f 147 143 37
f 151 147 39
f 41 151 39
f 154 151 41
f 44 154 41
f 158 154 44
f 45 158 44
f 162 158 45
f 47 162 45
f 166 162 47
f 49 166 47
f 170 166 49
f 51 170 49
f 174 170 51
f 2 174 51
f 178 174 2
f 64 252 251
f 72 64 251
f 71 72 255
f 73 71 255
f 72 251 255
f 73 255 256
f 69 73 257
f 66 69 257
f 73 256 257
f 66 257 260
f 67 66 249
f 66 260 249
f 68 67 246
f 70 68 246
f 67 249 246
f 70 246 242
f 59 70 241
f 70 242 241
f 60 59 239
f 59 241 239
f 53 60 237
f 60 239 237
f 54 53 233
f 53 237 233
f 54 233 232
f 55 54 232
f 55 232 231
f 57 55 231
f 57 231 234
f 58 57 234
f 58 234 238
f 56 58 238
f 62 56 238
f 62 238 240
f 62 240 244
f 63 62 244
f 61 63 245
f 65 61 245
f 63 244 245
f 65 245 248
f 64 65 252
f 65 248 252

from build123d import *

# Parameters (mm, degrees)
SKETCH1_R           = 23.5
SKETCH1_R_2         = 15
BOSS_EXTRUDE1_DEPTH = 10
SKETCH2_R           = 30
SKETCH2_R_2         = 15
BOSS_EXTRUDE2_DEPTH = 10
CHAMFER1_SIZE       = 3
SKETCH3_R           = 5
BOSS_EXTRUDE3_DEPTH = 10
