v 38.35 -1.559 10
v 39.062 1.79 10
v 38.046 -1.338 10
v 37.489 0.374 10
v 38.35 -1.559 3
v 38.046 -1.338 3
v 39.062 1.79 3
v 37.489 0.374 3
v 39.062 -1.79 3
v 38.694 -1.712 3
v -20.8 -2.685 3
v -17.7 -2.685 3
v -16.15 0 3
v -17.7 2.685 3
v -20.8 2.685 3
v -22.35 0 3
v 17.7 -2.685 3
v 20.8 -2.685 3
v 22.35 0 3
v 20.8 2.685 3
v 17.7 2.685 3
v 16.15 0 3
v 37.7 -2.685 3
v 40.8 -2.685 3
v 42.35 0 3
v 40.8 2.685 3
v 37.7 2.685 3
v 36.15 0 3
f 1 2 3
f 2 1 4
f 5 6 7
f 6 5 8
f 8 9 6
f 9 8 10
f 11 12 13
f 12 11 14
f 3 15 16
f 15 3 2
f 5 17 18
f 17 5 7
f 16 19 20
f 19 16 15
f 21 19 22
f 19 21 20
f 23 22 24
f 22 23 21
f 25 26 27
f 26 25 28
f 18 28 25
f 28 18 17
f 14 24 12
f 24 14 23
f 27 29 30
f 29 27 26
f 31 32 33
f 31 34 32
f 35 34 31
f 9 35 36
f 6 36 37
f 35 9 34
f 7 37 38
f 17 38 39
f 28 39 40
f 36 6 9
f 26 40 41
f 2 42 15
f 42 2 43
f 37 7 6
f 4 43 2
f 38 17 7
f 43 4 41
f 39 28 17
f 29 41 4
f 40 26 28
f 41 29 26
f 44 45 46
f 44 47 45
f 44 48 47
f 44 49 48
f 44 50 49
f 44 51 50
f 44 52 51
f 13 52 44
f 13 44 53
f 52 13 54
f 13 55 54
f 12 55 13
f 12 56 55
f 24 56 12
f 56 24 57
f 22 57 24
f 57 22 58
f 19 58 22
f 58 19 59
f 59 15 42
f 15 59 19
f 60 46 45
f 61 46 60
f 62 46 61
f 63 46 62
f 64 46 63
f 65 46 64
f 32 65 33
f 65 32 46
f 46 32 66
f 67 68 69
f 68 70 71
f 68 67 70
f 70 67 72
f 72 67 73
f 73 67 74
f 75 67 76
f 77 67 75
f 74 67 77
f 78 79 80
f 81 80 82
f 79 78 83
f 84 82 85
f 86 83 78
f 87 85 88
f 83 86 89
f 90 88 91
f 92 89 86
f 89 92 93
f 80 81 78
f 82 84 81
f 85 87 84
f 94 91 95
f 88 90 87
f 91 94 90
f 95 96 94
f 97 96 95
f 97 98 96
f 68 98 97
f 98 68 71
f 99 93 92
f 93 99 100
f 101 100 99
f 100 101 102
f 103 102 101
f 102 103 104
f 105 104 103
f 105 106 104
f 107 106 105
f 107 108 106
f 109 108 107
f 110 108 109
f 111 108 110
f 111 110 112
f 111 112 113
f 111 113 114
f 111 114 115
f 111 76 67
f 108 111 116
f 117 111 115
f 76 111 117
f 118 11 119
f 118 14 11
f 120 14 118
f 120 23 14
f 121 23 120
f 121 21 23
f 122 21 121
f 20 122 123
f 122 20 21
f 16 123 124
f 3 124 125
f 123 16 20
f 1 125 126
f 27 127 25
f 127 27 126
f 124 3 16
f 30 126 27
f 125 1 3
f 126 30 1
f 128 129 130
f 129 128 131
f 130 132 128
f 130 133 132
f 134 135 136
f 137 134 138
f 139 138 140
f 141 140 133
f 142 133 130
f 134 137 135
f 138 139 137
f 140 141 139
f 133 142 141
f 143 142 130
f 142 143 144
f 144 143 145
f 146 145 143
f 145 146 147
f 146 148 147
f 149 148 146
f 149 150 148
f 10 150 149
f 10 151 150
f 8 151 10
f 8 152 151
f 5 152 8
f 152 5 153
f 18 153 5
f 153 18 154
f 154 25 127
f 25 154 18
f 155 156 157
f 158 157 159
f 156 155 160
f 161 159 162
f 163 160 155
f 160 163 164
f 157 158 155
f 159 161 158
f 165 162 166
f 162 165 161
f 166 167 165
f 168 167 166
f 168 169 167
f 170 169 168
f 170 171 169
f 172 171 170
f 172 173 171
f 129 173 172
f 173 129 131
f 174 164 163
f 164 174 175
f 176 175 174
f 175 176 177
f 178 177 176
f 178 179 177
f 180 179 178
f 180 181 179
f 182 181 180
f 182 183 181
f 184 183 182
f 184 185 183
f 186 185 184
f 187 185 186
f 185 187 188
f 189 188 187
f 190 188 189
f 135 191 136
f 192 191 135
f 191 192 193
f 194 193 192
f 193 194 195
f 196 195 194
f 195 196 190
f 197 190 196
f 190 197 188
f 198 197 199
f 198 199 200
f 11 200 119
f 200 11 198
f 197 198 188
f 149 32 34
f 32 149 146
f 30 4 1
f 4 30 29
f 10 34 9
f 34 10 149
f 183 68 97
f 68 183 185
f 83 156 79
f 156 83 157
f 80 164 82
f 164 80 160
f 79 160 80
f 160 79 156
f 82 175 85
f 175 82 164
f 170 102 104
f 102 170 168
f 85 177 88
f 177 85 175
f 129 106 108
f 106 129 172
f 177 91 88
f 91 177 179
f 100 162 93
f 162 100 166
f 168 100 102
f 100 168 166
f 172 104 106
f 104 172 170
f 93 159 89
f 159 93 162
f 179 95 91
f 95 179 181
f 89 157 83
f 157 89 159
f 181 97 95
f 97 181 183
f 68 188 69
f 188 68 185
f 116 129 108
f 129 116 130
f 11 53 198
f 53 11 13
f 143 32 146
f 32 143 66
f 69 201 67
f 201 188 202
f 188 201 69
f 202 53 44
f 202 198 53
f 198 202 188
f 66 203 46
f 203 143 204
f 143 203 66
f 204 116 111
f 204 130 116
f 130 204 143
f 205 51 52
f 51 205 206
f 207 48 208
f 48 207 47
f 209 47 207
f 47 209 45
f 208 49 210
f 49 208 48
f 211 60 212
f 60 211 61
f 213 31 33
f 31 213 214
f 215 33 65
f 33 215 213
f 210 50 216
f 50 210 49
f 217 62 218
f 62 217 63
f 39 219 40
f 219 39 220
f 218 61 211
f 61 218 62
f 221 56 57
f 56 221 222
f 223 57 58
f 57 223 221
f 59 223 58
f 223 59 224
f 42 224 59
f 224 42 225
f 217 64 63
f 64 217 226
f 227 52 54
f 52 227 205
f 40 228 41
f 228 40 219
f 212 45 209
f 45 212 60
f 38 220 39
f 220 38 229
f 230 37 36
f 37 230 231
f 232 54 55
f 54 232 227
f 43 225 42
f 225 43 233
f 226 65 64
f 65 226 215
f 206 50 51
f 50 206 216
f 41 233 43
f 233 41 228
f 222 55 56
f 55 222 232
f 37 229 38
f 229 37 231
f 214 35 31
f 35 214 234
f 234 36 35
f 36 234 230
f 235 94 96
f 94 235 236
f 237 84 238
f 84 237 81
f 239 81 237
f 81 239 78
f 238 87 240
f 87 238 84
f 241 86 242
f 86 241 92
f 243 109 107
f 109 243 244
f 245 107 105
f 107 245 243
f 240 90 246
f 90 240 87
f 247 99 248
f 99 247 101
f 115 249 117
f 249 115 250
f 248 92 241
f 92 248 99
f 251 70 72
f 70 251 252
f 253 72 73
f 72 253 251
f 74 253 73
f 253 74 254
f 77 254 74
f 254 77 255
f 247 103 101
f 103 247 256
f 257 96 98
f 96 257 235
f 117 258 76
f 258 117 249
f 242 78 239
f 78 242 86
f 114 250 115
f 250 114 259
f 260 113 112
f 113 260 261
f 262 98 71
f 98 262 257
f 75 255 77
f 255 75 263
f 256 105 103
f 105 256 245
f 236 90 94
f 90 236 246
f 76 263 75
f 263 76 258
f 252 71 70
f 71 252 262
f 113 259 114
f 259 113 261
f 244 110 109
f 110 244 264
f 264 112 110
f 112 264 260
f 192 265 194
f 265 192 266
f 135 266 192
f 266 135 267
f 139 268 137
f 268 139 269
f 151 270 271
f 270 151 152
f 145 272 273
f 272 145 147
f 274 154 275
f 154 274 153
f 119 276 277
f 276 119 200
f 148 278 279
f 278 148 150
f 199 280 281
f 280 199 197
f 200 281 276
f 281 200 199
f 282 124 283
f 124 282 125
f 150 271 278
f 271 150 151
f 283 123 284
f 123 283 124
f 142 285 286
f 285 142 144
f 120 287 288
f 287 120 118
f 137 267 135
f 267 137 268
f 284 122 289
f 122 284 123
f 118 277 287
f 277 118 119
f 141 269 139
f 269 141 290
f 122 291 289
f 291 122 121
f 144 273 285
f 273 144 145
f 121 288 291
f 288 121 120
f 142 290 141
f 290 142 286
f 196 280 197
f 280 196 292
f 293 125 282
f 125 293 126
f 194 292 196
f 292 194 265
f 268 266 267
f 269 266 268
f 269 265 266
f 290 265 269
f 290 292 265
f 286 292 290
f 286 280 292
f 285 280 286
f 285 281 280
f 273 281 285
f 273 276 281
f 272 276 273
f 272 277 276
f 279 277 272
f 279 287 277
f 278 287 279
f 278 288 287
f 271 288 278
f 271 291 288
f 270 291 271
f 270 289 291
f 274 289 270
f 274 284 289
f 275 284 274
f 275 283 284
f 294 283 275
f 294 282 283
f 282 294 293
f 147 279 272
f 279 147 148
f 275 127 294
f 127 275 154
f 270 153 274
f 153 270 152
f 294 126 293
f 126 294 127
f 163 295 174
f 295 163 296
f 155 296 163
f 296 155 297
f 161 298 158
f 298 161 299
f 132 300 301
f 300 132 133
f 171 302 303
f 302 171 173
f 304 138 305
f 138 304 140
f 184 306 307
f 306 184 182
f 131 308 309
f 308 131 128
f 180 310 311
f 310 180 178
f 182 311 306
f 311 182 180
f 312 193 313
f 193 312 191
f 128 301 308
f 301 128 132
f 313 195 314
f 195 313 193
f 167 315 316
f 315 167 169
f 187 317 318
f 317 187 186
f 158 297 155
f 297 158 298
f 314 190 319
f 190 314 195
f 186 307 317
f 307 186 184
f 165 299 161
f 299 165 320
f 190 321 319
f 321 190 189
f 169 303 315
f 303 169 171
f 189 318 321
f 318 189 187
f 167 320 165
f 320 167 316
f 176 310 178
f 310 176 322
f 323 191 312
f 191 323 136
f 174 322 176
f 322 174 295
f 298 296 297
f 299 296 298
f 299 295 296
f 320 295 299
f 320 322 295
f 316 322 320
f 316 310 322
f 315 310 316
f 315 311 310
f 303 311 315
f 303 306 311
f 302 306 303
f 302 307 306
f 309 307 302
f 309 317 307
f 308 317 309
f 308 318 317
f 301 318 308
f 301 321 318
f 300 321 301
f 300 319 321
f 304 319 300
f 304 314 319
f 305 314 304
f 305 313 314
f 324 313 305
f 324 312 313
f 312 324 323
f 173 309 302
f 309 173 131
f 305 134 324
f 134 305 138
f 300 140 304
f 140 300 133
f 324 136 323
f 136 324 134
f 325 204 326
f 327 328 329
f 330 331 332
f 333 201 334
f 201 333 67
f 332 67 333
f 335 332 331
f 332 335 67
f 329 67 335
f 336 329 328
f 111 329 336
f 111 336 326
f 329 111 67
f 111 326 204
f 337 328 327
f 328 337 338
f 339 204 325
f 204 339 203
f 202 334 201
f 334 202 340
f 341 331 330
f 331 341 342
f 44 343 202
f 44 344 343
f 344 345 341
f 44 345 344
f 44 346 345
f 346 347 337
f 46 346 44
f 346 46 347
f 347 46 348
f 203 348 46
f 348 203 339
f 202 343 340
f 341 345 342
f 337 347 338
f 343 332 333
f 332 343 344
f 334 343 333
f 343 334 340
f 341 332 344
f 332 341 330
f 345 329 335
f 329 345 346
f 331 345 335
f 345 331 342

## What needs to be done
From the entries above, write out only the lines starting at the line that holds "f 11 200 119" and ending at the line that holds "f 177 85 175", keeping both and matching them exactly.

## Result for this task
f 11 200 119
f 200 11 198
f 197 198 188
f 149 32 34
f 32 149 146
f 30 4 1
f 4 30 29
f 10 34 9
f 34 10 149
f 183 68 97
f 68 183 185
f 83 156 79
f 156 83 157
f 80 164 82
f 164 80 160
f 79 160 80
f 160 79 156
f 82 175 85
f 175 82 164
f 170 102 104
f 102 170 168
f 85 177 88
f 177 85 175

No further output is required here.